Servants, Middies & Poor Country Girls

One day, Anne and her friend Priscilla Grant spend their afternoon deciphering the epitaphs on the weathered gravestones here in the Old Burying Ground. Some of the names they mention are Albert Crawford and Alexander Ross. See if you can find their tombstones on your next visit or try your luck virtually in the Old Burying Ground Graves Database.

Anne and her friends highlight a bottom-up history of the Old Burying Ground by pointing out the tombstones of someone’s “favourite child,” a servant, and a “middy” (or midshipman), a junior-ranking naval officer. Montgomery emphasizes many of the tombstones’ modesty—most are “roughly chiselled brown or gray native stone.” This emphasis on earlier, modest Haligionians connects to Anne’s own humble background as a “poor” “country girl,” moving to the city and going to university, despite financial constraints and social pressure. Earlier that day at university registration, Anne felt “insignificant” and dramatically states, I “knew I would go down to my grave unwept, unhonored and unsung.”

From her personal experience, Montgomery was particularly aware of the barriers to women’s post-secondary education. She had to scrimp and save to attend Dalhousie College, and could only afford one year, not the full four-year degree she longed for. She also had to go against opinions at home in rural Cavendish, Prince Edward Island—as she wrote in her journal, her grandparents, also her guardians, were “so bitterly against [her higher education] that I was getting discouraged” (August 9, 1892).

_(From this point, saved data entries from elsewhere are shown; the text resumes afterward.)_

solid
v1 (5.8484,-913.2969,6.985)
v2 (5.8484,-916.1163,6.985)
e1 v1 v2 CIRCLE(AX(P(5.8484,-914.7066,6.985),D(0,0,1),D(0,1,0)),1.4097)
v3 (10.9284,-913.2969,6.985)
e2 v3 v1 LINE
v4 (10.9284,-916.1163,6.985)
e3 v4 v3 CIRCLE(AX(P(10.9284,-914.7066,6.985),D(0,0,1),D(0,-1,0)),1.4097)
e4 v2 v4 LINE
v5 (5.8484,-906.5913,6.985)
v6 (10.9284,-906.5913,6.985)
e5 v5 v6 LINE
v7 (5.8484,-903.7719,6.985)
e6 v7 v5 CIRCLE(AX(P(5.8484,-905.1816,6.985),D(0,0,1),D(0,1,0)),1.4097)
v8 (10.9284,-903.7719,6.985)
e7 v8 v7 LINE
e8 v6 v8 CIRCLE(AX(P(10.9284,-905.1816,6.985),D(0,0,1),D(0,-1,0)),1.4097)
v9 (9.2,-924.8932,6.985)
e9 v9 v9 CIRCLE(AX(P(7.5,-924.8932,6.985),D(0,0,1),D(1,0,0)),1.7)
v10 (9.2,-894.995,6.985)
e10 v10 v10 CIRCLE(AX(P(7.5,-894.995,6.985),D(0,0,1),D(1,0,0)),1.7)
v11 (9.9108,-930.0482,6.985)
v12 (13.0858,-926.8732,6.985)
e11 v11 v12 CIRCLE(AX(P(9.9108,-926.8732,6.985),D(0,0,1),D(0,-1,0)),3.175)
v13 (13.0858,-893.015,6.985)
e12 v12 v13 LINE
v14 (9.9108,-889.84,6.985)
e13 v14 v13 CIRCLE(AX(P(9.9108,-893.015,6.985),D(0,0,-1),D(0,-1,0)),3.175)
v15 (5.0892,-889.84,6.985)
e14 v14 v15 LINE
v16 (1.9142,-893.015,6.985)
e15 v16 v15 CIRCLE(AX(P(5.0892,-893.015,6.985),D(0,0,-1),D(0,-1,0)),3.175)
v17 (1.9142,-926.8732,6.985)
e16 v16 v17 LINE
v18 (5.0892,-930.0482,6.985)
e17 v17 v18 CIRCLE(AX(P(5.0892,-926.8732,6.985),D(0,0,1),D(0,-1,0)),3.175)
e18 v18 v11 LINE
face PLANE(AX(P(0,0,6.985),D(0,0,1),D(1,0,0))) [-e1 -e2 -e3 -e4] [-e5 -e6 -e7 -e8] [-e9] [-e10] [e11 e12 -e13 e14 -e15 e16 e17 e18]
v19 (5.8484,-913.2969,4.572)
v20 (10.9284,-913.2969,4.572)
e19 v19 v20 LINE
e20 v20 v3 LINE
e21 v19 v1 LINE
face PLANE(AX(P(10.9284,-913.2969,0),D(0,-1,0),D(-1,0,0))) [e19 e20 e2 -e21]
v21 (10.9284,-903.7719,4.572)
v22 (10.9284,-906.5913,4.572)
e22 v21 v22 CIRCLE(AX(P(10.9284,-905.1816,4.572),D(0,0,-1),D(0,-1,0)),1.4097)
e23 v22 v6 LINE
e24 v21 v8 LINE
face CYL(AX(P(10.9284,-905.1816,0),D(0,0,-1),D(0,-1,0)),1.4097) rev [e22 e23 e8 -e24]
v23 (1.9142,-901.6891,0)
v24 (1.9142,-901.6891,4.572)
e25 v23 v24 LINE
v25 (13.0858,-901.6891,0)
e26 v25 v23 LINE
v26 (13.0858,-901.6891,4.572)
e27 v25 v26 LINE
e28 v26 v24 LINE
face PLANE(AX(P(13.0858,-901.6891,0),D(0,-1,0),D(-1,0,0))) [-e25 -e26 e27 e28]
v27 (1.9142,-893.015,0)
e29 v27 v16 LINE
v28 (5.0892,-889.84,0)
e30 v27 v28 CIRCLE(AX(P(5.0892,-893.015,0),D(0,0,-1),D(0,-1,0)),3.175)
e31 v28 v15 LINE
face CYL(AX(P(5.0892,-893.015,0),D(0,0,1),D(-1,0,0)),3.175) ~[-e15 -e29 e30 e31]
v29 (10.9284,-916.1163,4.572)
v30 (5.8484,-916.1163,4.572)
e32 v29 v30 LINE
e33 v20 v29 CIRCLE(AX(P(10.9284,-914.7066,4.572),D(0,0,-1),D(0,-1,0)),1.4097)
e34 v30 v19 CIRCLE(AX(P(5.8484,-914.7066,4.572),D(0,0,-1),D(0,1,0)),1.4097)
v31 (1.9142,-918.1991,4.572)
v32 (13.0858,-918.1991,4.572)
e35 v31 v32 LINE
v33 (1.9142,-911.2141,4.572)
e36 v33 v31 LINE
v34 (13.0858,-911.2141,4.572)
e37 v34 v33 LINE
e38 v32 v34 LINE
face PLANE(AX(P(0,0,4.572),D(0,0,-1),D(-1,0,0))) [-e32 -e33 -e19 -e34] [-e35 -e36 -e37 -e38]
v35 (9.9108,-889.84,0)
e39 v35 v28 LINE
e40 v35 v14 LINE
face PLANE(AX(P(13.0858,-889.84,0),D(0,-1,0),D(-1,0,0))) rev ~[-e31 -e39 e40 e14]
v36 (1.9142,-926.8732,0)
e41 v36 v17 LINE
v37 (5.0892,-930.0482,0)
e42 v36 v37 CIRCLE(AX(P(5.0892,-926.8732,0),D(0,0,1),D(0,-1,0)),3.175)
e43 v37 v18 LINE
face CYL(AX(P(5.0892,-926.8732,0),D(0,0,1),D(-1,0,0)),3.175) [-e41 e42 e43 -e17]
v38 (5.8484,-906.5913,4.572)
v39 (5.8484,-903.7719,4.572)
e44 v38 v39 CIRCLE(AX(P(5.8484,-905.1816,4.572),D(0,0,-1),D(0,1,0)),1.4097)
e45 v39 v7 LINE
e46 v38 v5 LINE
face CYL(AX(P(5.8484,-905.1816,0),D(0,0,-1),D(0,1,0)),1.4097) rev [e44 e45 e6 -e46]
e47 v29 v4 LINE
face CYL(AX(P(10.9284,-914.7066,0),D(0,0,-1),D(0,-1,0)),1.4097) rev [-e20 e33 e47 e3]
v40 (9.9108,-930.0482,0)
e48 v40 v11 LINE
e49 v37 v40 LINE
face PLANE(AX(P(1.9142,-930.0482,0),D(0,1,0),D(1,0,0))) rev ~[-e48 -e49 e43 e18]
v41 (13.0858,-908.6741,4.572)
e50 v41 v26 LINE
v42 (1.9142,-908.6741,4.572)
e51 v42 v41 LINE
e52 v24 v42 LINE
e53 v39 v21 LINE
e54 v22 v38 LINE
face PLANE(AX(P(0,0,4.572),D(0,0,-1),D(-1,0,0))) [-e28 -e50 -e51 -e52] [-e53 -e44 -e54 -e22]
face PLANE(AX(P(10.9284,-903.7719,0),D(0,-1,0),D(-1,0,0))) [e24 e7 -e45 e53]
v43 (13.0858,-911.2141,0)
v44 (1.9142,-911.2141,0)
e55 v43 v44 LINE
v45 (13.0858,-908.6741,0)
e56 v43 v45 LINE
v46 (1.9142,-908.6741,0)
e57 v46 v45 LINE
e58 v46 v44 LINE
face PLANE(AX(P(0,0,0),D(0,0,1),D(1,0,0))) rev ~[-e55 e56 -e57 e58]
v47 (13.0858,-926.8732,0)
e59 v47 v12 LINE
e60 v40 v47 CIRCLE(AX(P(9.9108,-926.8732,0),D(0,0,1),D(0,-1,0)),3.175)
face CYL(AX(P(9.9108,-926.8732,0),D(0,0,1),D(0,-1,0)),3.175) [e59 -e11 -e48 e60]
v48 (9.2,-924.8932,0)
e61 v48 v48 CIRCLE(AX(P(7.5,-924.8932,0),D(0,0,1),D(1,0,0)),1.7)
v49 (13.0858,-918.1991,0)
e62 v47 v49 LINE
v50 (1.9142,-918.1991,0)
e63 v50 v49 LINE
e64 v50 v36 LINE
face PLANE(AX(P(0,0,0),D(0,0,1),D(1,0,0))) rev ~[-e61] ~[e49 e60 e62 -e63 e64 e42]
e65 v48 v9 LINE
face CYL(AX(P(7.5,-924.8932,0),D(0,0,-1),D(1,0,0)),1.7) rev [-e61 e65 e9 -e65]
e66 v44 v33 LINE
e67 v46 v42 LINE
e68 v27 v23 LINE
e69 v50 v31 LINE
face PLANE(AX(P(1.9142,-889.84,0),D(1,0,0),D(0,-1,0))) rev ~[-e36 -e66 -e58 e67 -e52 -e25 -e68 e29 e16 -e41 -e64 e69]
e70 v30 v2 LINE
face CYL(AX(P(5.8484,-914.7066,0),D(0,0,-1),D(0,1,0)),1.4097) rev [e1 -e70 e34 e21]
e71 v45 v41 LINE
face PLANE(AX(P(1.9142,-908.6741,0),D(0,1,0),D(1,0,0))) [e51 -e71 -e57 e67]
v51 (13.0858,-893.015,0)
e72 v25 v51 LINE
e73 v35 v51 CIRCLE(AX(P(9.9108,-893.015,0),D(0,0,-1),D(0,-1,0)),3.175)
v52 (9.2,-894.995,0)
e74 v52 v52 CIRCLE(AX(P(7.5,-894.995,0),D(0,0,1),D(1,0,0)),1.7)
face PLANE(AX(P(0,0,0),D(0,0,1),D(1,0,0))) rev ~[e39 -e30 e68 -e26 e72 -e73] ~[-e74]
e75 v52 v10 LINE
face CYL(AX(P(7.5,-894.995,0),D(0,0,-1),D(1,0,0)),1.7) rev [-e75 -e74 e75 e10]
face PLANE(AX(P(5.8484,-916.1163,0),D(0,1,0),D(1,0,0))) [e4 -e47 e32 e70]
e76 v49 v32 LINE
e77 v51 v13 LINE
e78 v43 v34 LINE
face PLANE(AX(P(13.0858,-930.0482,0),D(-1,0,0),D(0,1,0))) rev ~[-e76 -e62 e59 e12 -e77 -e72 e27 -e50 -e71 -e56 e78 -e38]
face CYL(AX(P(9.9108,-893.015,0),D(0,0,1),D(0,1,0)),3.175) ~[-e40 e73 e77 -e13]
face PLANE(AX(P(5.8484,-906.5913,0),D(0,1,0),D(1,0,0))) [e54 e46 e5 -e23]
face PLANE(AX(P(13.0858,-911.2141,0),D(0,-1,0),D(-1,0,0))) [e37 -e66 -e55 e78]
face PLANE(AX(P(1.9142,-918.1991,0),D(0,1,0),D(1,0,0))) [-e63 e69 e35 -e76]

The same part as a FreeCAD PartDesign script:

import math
import FreeCAD as App
import Part
import Sketcher

V = App.Vector
Q = App.Units.Quantity


def edges_at(feature, points):
    """Names of the edges that pass closest to the given points."""
    edges = feature.Shape.Edges
    near = lambda p: min(range(len(edges)), key=lambda i: edges[i].distToShape(Part.Vertex(*p))[0])
    return sorted({f"Edge{near(p) + 1}" for p in points})

doc = App.newDocument("Part")
body = doc.addObject("PartDesign::Body", "Body")

sketch1 = body.newObject("Sketcher::SketchObject", "Sketch")
sketch1.AttachmentSupport = (doc.getObject("XY_Plane"), [""])
sketch1.MapMode = "FlatFace"
sketch1.addGeometry(Part.LineSegment(V(1.9, -889.8, 0), V(1.9, -930, 0)), False)
sketch1.addGeometry(Part.LineSegment(V(1.9, -930, 0), V(13.1, -930, 0)), False)
sketch1.addGeometry(Part.LineSegment(V(13.1, -930, 0), V(13.1, -889.8, 0)), False)
sketch1.addGeometry(Part.LineSegment(V(13.1, -889.8, 0), V(1.9, -889.8, 0)), False)
sketch1.addGeometry(Part.Circle(V(7.5, -924.9, 0), V(0, 0, 1), 1.7), False)
sketch1.addGeometry(Part.LineSegment(V(10.9, -916.1, 0), V(5.8, -916.1, 0)), False)
sketch1.addGeometry(Part.ArcOfCircle(Part.Circle(V(5.8, -914.7, 0), V(0, 0, 1), 1.4), math.radians(90), math.radians(270)), False)
sketch1.addGeometry(Part.LineSegment(V(5.8, -913.3, 0), V(10.9, -913.3, 0)), False)
sketch1.addGeometry(Part.ArcOfCircle(Part.Circle(V(10.9, -914.7, 0), V(0, 0, 1), 1.4), math.radians(-90), math.radians(90)), False)
sketch1.addGeometry(Part.LineSegment(V(10.9, -906.6, 0), V(5.8, -906.6, 0)), False)
sketch1.addGeometry(Part.ArcOfCircle(Part.Circle(V(5.8, -905.2, 0), V(0, 0, 1), 1.4), math.radians(90), math.radians(270)), False)
sketch1.addGeometry(Part.LineSegment(V(5.8, -903.8, 0), V(10.9, -903.8, 0)), False)
sketch1.addGeometry(Part.ArcOfCircle(Part.Circle(V(10.9, -905.2, 0), V(0, 0, 1), 1.4), math.radians(-90), math.radians(90)), False)
sketch1.addGeometry(Part.Circle(V(7.5, -895, 0), V(0, 0, 1), 1.7), False)
sketch1.addConstraint(Sketcher.Constraint("Coincident", 0, 2, 1, 1))
sketch1.addConstraint(Sketcher.Constraint("Coincident", 1, 2, 2, 1))
sketch1.addConstraint(Sketcher.Constraint("Coincident", 2, 2, 3, 1))
sketch1.addConstraint(Sketcher.Constraint("Coincident", 3, 2, 0, 1))
sketch1.addConstraint(Sketcher.Constraint("Tangent", 5, 2, 6, 2))
sketch1.addConstraint(Sketcher.Constraint("Tangent", 6, 1, 7, 1))
sketch1.addConstraint(Sketcher.Constraint("Tangent", 7, 2, 8, 2))
sketch1.addConstraint(Sketcher.Constraint("Tangent", 8, 1, 5, 1))
sketch1.addConstraint(Sketcher.Constraint("Tangent", 9, 2, 10, 2))
sketch1.addConstraint(Sketcher.Constraint("Tangent", 10, 1, 11, 1))
sketch1.addConstraint(Sketcher.Constraint("Tangent", 11, 2, 12, 2))
sketch1.addConstraint(Sketcher.Constraint("Tangent", 12, 1, 9, 1))
sketch1.addConstraint(Sketcher.Constraint("Vertical", 0))
sketch1.addConstraint(Sketcher.Constraint("Horizontal", 1))
sketch1.addConstraint(Sketcher.Constraint("Vertical", 2))
sketch1.addConstraint(Sketcher.Constraint("Horizontal", 3))
sketch1.addConstraint(Sketcher.Constraint("Horizontal", 5))
sketch1.addConstraint(Sketcher.Constraint("Horizontal", 7))
sketch1.addConstraint(Sketcher.Constraint("Horizontal", 9))
sketch1.addConstraint(Sketcher.Constraint("Horizontal", 11))
sketch1.addConstraint(Sketcher.Constraint("Equal", 8, 10))
sketch1.addConstraint(Sketcher.Constraint("Equal", 4, 13))
sketch1.addConstraint(Sketcher.Constraint("Vertical", 6, 3, 10, 3))
sketch1.addConstraint(Sketcher.Constraint("Vertical", 8, 3, 12, 3))
sketch1.addConstraint(Sketcher.Constraint("Vertical", 4, 3, 13, 3))
sketch1.addConstraint(Sketcher.Constraint("Radius", 6, Q("0.0555 in")))
sketch1.addConstraint(Sketcher.Constraint("Diameter", 4, 3.4))
sketch1.addConstraint(Sketcher.Constraint("DistanceX", 5, 2, 5, 1, Q("0.2 in")))
sketch1.addConstraint(Sketcher.Constraint("DistanceY", 0, 2, 0, 1, Q("1.583 in")))
sketch1.addConstraint(Sketcher.Constraint("DistanceY", 0, 2, 4, 3, 5.155))
sketch1.addConstraint(Sketcher.Constraint("DistanceY", 13, 3, 2, 2, 5.155))
sketch1.addConstraint(Sketcher.Constraint("DistanceY", 6, 3, 10, 3, Q("0.375 in")))
sketch1.addConstraint(Sketcher.Constraint("DistanceY", 0, 2, 6, 3, Q("0.604 in")))
sketch1.addConstraint(Sketcher.Constraint("DistanceX", 1, 1, 1, 2, 11.1716))
sketch1.addConstraint(Sketcher.Constraint("DistanceX", -1, 1, 1, 2, Q("0.5152 in")))
sketch1.addConstraint(Sketcher.Constraint("DistanceX", 0, 2, 6, 3, Q("0.1549 in")))
sketch1.addConstraint(Sketcher.Constraint("DistanceX", -1, 1, 4, 3, 7.5))
sketch1.addConstraint(Sketcher.Constraint("DistanceY", 4, 3, -1, 1, 924.8932))
pad1 = body.newObject("PartDesign::Pad", "Pad")
pad1.Profile = sketch1
pad1.Length = Q("0.275 in")

sketch2 = body.newObject("Sketcher::SketchObject", "Sketch001")
sketch2.AttachmentSupport = (doc.getObject("XY_Plane"), [""])
sketch2.MapMode = "FlatFace"
sketch2.addGeometry(Part.LineSegment(V(13, -911, 0), V(13, -918, 0)), False)
sketch2.addGeometry(Part.LineSegment(V(13, -918, 0), V(2, -918, 0)), False)
sketch2.addGeometry(Part.LineSegment(V(2, -918, 0), V(2, -911, 0)), False)
sketch2.addGeometry(Part.LineSegment(V(2, -911, 0), V(13, -911, 0)), False)
sketch2.addGeometry(Part.LineSegment(V(13, -902, 0), V(13, -909, 0)), False)
sketch2.addGeometry(Part.LineSegment(V(13, -909, 0), V(2, -909, 0)), False)
sketch2.addGeometry(Part.LineSegment(V(2, -909, 0), V(2, -902, 0)), False)
sketch2.addGeometry(Part.LineSegment(V(2, -902, 0), V(13, -902, 0)), False)
sketch2.addConstraint(Sketcher.Constraint("Coincident", 0, 2, 1, 1))
sketch2.addConstraint(Sketcher.Constraint("Coincident", 1, 2, 2, 1))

Anne follows Montgomery’s own steps to Dalhousie (or as it’s called in the novels, Redmond College). Anne, as the first woman from her rural hometown of Avonlea to go to university, repeatedly second guesses herself during this pioneering endeavour. After all, at the turn of the twentieth century, small-town Canadian women are supposed to get married, not go to university. Avonlea matrons, including Mrs Rachel Lynde, make this clear to Anne. Ultimately, Montgomery gets to live vicariously through Anne, who finishes a full degree, while enjoying a full social life.

Montgomery, by reimagining her own university experiences in Anne’s fictional ones, creates a novel that honours the experiences of the first generations of women, working-class, and rural post-secondary students in Canada. As you’ll see by exploring these literary landmarks, green spaces in this novel—initially the Old Burying Ground, later the garden of Anne’s rented house, and then Point Pleasant Park—are central to her academic success, supporting her all-round physical, intellectual, and emotional well-being. 

When Anne leaves the Old Burying Ground on the day she and Priscilla go exploring, our heroine highlights the connection between herself and the young “middy.” Anne honours him by dropping her corsage of flowers on his gravel; he, like Anne herself, does not go to his grave unhonoured. Montgomery is turning our attention to the Halifax stories that are not always told or known, including those of the ordinary sailors, students, and new arrivals to the city. 

Sources:

Montgomery, L. M. Anne of of the Island. Boston: L.C. Page, 1915.

___. The Complete Journals of L.M. Montgomery: The PEI Years, 1889–1900. Edited by Mary Henley Rubio and Elizabeth Hillman Waterston. Don Mills, ON: Oxford UP, 2012.